Sadly, Disney has lost its way when it comes to making stories with broad appeal. Whether it be Lucasfilm productions, Marvel, Pixar, Disney Animation or live action, they've all suffered horrendously at the box office and in viewership over the past few years, with very few exceptions. You could argue that green shoots of recovery are starting to appear with 'Inside Out 2' doing well after a string of Pixar flops, and also 'Deadpool and Wolverine' set to finally give Marvel another smash hit after phases 4 and 5 proved to be box office disasters (and please remember that whilst the box-office returns of films like 'Ant-Man and the Wasp Quantumania' might look good at $476 million, that actually represents a gigantic loss for Disney who only get half of that box-office back on a film which cost over $300 million), however they have yet to prove that they have really learned anything. Both 'Inside Out 2' and 'Deadpool and Wolverine' were greenlit under Bob Chapek's brief tenure as CEO of Disney, before Bob Iger gave him the boot to return and work his own 'magic' once again, so very few Bob Iger greenlit projects have made much money in recent years. Black Panther 2 may just about have scraped into profit (but if so, not by much), so it's only really James Gunn's Guardians of the Galaxy 3 that proved to be an unambiguous hit in Marvel's phases 4 and 5 (you can't count Spider-Man No Way Home, since Sony control that, and unlike Disney, actually seem to want to make money from popular films that simply entertain and don't try to push an agenda or message).
Regarding Lucasfilm projects specifically, however much you may personally like or dislike 'The Acolyte', 'Ahsoka', 'Obi-Wan Kenobi', 'The Book of Boba Fett', 'The Last Jedi', etc., there's no denying that Disney has driven away a huge proportion of the Star Wars audience they inherited from George. At the very least, that's incompetence on a $4 billion scale (considering that was the sum they paid for it, and they certainly have not yet recouped anywhere near all of that yet; far, far from it! TFA and Rogue One made money. TLJ probably also made money, but also broke the fandom and crucially also killed the cash cow of Star Wars toy sales dead.
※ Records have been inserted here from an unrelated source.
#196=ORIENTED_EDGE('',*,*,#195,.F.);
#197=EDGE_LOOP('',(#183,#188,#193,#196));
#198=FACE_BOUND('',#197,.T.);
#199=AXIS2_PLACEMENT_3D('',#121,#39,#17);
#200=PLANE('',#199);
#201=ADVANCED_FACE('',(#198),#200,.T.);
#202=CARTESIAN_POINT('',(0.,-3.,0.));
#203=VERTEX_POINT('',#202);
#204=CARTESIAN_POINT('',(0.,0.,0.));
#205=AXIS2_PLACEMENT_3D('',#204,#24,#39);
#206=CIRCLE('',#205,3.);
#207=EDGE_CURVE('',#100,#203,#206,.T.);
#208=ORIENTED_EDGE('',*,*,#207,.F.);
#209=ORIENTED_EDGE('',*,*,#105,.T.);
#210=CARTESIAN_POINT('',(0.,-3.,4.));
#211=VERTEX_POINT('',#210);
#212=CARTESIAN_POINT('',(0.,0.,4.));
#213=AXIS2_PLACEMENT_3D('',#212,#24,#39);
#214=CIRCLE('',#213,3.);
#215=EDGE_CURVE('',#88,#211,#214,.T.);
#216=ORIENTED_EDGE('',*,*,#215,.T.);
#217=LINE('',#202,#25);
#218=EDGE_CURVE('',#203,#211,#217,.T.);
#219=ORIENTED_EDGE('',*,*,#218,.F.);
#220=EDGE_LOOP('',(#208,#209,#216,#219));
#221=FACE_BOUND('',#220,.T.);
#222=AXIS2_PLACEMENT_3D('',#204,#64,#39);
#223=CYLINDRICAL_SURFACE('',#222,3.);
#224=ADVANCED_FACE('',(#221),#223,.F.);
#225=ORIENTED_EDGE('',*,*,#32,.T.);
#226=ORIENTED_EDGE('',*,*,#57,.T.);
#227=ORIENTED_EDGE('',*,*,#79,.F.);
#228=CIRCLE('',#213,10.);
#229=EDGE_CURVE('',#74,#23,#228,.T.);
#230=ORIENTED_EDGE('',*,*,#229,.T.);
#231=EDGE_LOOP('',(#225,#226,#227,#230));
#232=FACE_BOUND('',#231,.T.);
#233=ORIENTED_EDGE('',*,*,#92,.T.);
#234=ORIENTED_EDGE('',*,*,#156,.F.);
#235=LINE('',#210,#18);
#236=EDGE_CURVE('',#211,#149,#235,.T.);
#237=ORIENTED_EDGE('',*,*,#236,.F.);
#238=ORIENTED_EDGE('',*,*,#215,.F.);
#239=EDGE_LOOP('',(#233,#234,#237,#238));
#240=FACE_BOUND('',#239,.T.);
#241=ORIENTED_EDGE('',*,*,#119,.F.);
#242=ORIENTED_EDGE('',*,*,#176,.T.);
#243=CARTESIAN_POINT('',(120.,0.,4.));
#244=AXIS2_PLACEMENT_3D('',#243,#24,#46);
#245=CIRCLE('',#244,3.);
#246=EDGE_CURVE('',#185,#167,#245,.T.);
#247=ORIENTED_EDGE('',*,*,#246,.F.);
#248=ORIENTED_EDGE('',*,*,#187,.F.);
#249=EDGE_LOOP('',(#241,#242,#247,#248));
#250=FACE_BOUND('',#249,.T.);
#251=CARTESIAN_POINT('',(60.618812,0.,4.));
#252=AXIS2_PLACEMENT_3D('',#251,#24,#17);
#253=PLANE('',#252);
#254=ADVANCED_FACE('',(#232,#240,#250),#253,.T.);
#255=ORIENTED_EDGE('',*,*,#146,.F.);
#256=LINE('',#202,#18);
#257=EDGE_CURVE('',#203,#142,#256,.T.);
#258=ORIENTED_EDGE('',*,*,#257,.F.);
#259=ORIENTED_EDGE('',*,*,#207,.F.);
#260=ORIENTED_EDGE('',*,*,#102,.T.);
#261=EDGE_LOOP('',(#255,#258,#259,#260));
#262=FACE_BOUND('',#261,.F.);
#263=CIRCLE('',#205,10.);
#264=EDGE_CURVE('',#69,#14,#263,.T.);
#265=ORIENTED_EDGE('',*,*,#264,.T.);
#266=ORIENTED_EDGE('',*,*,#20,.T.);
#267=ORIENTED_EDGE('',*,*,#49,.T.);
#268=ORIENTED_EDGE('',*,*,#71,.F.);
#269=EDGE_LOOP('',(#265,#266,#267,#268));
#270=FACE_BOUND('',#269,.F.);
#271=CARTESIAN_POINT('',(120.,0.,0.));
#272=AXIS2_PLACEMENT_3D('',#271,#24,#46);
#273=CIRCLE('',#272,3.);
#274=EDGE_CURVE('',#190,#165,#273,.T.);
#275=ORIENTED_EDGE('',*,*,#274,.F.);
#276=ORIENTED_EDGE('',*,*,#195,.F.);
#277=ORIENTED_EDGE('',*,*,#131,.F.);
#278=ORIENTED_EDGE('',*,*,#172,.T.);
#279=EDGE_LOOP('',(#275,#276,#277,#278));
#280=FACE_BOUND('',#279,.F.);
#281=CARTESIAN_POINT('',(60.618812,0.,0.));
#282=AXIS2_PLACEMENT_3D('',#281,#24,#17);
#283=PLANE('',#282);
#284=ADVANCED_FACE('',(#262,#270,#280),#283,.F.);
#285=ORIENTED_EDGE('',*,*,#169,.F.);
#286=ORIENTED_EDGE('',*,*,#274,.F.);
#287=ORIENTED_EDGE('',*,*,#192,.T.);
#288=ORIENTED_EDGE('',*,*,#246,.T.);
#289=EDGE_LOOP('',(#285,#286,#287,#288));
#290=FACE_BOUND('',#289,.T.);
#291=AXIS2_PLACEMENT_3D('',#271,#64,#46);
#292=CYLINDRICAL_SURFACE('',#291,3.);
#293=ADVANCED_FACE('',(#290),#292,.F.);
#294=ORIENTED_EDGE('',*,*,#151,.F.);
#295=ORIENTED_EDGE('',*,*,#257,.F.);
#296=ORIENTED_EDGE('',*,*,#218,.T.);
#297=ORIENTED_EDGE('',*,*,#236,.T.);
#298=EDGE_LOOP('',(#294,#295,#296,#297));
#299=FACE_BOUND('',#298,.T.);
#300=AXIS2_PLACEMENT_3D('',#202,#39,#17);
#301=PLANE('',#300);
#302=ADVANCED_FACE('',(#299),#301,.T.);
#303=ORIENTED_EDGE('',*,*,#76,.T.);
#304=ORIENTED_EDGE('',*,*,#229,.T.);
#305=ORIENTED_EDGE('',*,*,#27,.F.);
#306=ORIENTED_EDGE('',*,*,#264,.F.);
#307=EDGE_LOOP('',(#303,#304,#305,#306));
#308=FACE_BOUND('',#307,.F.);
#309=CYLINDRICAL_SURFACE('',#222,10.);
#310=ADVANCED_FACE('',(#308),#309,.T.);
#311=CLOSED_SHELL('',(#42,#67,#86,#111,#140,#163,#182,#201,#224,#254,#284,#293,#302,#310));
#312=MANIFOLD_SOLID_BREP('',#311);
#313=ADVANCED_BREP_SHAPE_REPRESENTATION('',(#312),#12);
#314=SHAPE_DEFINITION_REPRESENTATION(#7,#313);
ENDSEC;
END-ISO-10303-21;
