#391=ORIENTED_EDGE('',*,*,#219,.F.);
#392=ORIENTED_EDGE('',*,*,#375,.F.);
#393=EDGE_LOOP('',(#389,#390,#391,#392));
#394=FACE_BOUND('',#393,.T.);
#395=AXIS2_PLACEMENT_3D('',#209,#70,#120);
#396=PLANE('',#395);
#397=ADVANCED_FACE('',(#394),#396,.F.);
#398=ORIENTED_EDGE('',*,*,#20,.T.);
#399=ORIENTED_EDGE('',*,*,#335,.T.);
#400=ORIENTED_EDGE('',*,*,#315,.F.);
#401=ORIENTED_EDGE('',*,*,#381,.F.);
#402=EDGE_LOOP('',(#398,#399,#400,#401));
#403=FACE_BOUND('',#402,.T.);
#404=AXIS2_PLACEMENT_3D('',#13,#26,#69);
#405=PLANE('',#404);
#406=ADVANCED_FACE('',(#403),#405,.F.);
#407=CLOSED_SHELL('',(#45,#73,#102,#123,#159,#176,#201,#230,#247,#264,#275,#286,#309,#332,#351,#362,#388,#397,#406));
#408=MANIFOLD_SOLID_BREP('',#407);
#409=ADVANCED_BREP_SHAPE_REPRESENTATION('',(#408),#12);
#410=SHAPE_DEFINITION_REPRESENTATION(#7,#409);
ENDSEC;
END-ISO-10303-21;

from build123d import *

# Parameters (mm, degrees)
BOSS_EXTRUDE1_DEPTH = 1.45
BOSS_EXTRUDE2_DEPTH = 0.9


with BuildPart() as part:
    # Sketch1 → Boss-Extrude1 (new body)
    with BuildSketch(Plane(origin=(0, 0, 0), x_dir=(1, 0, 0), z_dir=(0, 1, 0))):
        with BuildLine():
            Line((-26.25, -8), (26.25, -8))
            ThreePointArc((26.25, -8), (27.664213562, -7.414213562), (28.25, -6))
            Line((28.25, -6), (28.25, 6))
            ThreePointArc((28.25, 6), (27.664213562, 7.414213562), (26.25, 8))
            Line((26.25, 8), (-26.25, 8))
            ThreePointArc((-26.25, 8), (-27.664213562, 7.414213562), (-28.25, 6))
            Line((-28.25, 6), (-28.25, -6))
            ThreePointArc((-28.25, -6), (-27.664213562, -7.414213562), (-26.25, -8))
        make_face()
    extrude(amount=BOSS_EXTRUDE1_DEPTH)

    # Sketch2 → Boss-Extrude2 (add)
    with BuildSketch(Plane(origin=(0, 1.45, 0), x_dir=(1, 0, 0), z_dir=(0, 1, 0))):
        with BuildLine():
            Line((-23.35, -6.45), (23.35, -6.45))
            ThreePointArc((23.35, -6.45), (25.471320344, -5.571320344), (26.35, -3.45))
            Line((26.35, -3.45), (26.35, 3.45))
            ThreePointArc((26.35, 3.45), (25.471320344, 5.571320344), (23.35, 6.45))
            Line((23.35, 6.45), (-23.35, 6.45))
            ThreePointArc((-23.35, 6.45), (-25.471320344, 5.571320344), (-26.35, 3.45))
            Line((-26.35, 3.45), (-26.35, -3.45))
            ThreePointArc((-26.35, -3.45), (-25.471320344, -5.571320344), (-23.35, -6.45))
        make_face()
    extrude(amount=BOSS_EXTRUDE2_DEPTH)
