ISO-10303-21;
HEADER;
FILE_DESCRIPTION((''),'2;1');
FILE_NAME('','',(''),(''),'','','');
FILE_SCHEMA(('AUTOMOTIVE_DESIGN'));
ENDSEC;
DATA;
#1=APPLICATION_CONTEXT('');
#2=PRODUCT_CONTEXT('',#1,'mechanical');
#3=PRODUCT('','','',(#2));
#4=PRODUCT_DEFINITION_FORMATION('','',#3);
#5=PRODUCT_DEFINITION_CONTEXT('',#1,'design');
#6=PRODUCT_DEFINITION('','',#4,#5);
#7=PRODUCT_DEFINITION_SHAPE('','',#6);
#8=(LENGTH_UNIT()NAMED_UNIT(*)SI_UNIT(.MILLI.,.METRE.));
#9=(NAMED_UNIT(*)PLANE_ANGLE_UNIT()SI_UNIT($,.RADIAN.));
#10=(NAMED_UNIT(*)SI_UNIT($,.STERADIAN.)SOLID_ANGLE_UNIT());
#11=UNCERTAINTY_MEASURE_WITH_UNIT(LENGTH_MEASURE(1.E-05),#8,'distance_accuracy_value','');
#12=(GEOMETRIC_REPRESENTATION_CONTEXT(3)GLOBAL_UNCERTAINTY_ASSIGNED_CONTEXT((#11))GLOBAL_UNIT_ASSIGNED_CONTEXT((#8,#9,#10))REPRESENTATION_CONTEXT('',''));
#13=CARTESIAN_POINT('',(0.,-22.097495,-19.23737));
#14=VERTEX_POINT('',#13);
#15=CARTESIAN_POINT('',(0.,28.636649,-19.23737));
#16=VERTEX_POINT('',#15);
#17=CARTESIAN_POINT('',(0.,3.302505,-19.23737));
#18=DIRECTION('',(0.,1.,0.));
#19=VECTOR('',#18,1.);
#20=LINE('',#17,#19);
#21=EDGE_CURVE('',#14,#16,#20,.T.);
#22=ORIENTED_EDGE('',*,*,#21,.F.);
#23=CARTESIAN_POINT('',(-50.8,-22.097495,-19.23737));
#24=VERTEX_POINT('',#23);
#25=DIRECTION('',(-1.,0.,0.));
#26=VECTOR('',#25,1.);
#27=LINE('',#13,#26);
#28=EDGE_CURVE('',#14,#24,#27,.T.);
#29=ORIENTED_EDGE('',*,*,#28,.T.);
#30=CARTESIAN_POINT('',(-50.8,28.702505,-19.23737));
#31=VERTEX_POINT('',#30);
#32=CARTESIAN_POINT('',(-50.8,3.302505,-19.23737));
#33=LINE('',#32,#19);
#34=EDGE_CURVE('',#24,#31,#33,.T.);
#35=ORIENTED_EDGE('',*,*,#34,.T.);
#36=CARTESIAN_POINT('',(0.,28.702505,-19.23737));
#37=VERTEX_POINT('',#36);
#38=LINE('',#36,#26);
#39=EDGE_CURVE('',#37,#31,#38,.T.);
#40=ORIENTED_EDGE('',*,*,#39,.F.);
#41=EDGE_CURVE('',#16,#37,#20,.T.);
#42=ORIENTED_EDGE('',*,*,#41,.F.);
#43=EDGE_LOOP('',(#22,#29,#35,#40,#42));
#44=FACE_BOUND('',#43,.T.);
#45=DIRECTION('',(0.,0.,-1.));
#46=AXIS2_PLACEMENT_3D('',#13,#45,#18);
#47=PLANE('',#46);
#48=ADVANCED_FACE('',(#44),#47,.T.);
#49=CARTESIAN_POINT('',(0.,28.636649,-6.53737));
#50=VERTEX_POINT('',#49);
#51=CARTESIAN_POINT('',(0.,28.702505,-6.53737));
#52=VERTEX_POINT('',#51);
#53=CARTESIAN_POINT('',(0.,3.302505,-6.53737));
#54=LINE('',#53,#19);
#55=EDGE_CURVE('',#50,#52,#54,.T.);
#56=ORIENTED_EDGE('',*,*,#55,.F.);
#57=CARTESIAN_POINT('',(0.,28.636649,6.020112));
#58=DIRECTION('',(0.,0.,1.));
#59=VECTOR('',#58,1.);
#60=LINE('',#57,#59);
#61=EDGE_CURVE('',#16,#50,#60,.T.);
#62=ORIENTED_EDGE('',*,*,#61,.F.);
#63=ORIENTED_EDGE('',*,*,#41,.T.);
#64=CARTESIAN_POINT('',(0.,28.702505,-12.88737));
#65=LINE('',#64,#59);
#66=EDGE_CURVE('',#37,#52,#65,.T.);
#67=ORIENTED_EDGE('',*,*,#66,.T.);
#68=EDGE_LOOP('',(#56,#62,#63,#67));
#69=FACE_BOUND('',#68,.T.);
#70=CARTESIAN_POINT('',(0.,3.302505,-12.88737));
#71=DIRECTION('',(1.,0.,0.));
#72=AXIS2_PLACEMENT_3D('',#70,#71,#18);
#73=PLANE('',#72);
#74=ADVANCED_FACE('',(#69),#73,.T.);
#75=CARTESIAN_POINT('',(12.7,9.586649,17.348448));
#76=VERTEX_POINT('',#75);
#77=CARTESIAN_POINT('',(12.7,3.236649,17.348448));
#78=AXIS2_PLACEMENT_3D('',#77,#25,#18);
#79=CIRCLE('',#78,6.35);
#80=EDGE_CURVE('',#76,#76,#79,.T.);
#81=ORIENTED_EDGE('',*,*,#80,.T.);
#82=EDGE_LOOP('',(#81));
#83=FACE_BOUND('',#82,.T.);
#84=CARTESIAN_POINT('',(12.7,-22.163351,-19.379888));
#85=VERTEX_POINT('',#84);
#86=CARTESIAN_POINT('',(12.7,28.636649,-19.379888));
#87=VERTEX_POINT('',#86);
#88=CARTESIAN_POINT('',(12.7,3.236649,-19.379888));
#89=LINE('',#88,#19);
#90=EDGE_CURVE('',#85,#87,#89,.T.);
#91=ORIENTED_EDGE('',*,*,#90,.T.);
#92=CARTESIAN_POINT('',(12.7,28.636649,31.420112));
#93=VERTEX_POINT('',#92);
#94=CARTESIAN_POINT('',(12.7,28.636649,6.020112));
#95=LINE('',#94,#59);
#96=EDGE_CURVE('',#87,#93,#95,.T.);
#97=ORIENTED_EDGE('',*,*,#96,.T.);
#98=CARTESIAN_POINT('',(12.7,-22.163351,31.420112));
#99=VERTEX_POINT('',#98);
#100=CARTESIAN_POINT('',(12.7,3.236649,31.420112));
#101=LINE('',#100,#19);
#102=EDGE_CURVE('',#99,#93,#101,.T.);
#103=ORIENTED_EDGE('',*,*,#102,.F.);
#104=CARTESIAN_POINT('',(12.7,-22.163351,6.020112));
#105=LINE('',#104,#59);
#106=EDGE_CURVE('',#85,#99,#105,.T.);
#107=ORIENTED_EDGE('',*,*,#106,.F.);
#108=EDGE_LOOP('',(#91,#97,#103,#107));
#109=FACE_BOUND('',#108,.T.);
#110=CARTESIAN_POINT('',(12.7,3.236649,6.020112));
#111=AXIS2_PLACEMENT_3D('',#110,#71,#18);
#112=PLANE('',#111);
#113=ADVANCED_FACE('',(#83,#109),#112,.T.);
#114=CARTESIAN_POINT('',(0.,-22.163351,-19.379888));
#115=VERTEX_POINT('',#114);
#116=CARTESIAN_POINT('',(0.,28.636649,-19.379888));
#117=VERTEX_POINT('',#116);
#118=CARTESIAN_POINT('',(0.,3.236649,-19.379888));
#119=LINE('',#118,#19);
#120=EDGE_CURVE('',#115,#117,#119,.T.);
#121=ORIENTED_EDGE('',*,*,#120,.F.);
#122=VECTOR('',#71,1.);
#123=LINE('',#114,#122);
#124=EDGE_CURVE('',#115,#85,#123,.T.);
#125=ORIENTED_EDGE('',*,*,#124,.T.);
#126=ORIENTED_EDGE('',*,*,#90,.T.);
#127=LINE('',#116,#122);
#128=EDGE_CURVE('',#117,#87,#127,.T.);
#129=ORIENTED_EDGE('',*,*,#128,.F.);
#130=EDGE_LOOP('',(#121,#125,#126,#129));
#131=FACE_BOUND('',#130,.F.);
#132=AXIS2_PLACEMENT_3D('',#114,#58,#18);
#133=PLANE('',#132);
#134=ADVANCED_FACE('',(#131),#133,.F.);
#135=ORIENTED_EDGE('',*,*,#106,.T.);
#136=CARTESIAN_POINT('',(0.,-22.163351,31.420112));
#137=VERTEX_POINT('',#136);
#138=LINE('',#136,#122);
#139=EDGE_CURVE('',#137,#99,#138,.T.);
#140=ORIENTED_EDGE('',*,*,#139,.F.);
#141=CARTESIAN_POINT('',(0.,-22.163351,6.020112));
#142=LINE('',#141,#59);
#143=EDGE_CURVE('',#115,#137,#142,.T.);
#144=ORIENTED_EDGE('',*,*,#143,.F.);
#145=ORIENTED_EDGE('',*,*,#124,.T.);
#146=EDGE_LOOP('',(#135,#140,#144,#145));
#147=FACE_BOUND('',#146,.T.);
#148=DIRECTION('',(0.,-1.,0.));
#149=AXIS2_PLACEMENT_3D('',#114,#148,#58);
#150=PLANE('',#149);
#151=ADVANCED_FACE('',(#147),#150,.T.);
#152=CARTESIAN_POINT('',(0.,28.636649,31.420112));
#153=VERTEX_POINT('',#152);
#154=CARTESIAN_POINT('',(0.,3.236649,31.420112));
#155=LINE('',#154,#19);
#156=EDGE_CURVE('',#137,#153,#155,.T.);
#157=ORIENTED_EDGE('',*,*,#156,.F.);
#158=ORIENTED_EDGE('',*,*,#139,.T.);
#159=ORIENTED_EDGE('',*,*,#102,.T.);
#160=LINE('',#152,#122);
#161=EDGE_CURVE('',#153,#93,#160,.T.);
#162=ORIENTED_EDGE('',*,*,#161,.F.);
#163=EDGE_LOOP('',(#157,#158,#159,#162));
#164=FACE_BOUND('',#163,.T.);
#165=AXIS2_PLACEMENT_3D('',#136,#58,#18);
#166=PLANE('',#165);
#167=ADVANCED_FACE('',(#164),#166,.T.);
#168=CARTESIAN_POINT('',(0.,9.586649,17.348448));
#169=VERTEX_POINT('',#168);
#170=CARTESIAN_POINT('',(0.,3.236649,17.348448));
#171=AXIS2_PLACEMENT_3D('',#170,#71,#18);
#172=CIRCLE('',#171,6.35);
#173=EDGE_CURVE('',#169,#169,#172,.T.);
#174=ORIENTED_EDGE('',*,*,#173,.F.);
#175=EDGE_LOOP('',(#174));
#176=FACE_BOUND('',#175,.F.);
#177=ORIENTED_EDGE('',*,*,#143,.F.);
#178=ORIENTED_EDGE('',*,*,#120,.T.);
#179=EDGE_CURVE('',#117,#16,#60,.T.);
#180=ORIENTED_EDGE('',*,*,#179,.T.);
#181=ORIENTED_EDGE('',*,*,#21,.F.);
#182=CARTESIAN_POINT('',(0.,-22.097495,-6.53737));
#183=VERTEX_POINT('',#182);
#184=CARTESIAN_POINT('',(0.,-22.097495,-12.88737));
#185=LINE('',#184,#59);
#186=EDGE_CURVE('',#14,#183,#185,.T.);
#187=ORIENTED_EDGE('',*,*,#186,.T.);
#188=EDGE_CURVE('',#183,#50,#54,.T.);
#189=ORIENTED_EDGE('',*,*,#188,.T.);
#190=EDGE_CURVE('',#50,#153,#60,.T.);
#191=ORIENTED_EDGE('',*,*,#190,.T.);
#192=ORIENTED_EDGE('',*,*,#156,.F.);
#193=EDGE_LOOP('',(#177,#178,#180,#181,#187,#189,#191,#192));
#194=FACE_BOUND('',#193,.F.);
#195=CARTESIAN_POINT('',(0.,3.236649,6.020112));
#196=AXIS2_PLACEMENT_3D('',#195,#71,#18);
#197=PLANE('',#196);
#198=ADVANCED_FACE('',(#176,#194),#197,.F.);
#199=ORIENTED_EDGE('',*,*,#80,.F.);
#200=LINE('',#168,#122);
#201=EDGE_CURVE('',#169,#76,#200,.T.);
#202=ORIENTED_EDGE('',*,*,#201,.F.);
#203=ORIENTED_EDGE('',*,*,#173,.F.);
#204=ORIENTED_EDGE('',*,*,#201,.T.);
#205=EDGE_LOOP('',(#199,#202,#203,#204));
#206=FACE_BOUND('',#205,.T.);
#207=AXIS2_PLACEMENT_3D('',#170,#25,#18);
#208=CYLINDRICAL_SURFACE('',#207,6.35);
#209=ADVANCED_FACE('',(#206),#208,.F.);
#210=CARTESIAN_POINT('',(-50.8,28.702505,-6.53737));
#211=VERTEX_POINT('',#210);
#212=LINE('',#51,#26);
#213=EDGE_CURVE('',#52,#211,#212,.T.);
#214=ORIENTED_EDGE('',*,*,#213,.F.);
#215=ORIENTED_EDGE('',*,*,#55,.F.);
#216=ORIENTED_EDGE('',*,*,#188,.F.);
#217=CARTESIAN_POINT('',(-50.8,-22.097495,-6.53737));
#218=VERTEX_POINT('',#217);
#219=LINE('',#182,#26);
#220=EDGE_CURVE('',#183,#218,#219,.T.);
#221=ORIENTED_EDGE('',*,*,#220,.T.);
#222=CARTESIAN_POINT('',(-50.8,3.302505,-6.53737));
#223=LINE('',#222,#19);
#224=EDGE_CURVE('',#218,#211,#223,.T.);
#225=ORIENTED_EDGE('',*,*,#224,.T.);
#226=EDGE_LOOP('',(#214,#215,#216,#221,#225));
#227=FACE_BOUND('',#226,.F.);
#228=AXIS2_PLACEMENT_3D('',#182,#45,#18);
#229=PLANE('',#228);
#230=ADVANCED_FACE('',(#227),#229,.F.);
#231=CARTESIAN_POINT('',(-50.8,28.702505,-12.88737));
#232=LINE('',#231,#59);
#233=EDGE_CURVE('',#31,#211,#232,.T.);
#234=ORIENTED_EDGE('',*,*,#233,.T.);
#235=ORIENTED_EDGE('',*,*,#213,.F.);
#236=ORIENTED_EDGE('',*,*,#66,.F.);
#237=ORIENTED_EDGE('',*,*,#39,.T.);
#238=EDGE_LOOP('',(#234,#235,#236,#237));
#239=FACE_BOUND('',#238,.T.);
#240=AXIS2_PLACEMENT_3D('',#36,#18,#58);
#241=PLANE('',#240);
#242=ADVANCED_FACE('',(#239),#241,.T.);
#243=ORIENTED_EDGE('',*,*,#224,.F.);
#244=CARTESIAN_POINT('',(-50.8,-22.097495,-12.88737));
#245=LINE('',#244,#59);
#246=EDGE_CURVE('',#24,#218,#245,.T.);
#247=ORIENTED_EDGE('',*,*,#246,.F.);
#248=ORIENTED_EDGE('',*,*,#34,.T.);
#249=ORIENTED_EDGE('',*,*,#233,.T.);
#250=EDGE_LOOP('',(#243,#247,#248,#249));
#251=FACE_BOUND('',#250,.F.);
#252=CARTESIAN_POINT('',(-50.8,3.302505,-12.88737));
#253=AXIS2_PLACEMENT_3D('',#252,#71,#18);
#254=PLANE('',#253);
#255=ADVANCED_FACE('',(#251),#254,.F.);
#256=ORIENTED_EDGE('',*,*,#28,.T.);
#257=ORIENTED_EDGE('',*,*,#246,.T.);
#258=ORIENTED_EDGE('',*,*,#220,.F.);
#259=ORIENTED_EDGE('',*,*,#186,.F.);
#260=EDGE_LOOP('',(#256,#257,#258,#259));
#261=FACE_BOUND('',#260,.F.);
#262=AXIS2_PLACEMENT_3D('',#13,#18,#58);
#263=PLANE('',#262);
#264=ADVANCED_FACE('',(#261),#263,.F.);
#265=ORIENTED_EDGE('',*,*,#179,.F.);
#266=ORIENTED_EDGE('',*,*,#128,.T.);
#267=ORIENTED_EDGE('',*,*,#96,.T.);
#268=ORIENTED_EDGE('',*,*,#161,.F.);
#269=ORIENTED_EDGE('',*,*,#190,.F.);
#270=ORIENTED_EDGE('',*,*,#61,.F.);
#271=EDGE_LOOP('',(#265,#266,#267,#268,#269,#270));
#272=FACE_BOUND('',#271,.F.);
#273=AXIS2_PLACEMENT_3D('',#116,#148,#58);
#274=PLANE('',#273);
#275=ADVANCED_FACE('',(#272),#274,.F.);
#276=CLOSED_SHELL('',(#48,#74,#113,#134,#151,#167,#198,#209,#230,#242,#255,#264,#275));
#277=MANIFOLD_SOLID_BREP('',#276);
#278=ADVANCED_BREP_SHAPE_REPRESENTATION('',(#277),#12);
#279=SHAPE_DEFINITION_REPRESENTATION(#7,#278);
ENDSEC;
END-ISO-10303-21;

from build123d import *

# Parameters (mm, degrees)
F0_W     = 50.8
F0_H     = 50.8
F2_DEPTH = 12.7
F1_W     = 50.8
F1_H     = 12.7
F3_DEPTH = 50.8
F4_R     = 6.35
F5_DEPTH = 12.701


with BuildPart() as f2:
    # F0 (on Right) → F2 (new body)
    with BuildSketch(Plane.YZ):
        with Locations((3.236649, 6.020112)):
            Rectangle(F0_W, F0_H)
    extrude(amount=F2_DEPTH)

    # F1 (on Right) → F3 (join)
    with BuildSketch(Plane.YZ):
        with Locations((3.302505, -12.88737)):
            Rectangle(F1_W, F1_H)
    extrude(amount=-F3_DEPTH)

    # F4 (on Right) → F5 (cut, through all)
    with BuildSketch(Plane.YZ):
        with Locations((3.236649, 17.348448)):
            Circle(F4_R)
    extrude(amount=F5_DEPTH, mode=Mode.SUBTRACT)


solid = f2.part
Solo lost money, as did TROS (since it had a reported final production budget in the region of $500 million!). Galaxy's Edge has been an expensive underwhelming and under-performing mess, the Galactic Starcruiser hotel lost hundreds of millions and has now closed. All of the Disney Plus shows have cost ~$200 million plus per series (with The Acolyte's official budget of $180 million likely to be proven to be nearer $300 million once the receipts get published, which they will be since it was made in this country, and Disney can't lie about it), the Willow series was so costly and disasterous Disney removed it from Disney Plus as a tax write-down and will never show it again, and Indiana Jones and the Dial of Destiny was an unmitigated disaster costing Disney at least $200 million, and again, will probably eventually also be revealed to be closer to $300 million. To repeat, incompetence on a $4 billion scale!
Marvel *might* possibly be learning their lesson (although that remains to be seen with their post 'Deadpool' projects, with Captain America 4's budget ballooning to a reported $400 million before marketing!), but Lucasfilm certainly hasn't! Under Kathleen Kennedy's 'leadership' Star Wars has become a dead brand. They've destroyed canon, not just by discarding the hugely popular EU, but also by the arrogance and or yet more incompetence by the decision makers and story writers. They've insulted and lied about the fans, calling anyone who dislikes their divisive and uninspired output 'ists' and 'phobes', when nothing could be farther from the truth. They continue to pump out content with zero broad appeal, that costs the earth to make, and which very few people are watching. The opening 2 episodes of The Acolyte were viewed by 3% of Disney Plus viewers, which is terrible, and which is beaten on the low-viewership front only by 'Andor'. And the rumours are that The Acolyte's viewership may have dropped by as much as a staggering 90% from that poor starting point, by the end of the show's run. Again, you personally may have loved The Acolyte, but most Star Wars fans didn't even bother to watch it, and I don't blame them.
George Lucas didn't feel the need to deliberately exclude or vilify anyone from his films' potential audience. He didn't feel the need to push any sort of political or social messaging or do anything to divide or deliberately drive away or insult fans. Quite the opposite; he embraced his fans, giving them feel-good stories that at their heart were tales of good versus evil, where good ultimately triumphs. There was no ambiguity or rationalisation, no blurring of the lines or moral relativism. It wasn't meant to represent the real world that we actually live in, but rather was escapist fantasy entertainment nominally made for children, but which in truth everyone could enjoy.
If Star Wars is to have a future, Disney needs to return to George's vision and attitudes very quickly indeed, or there will be nothing left to save.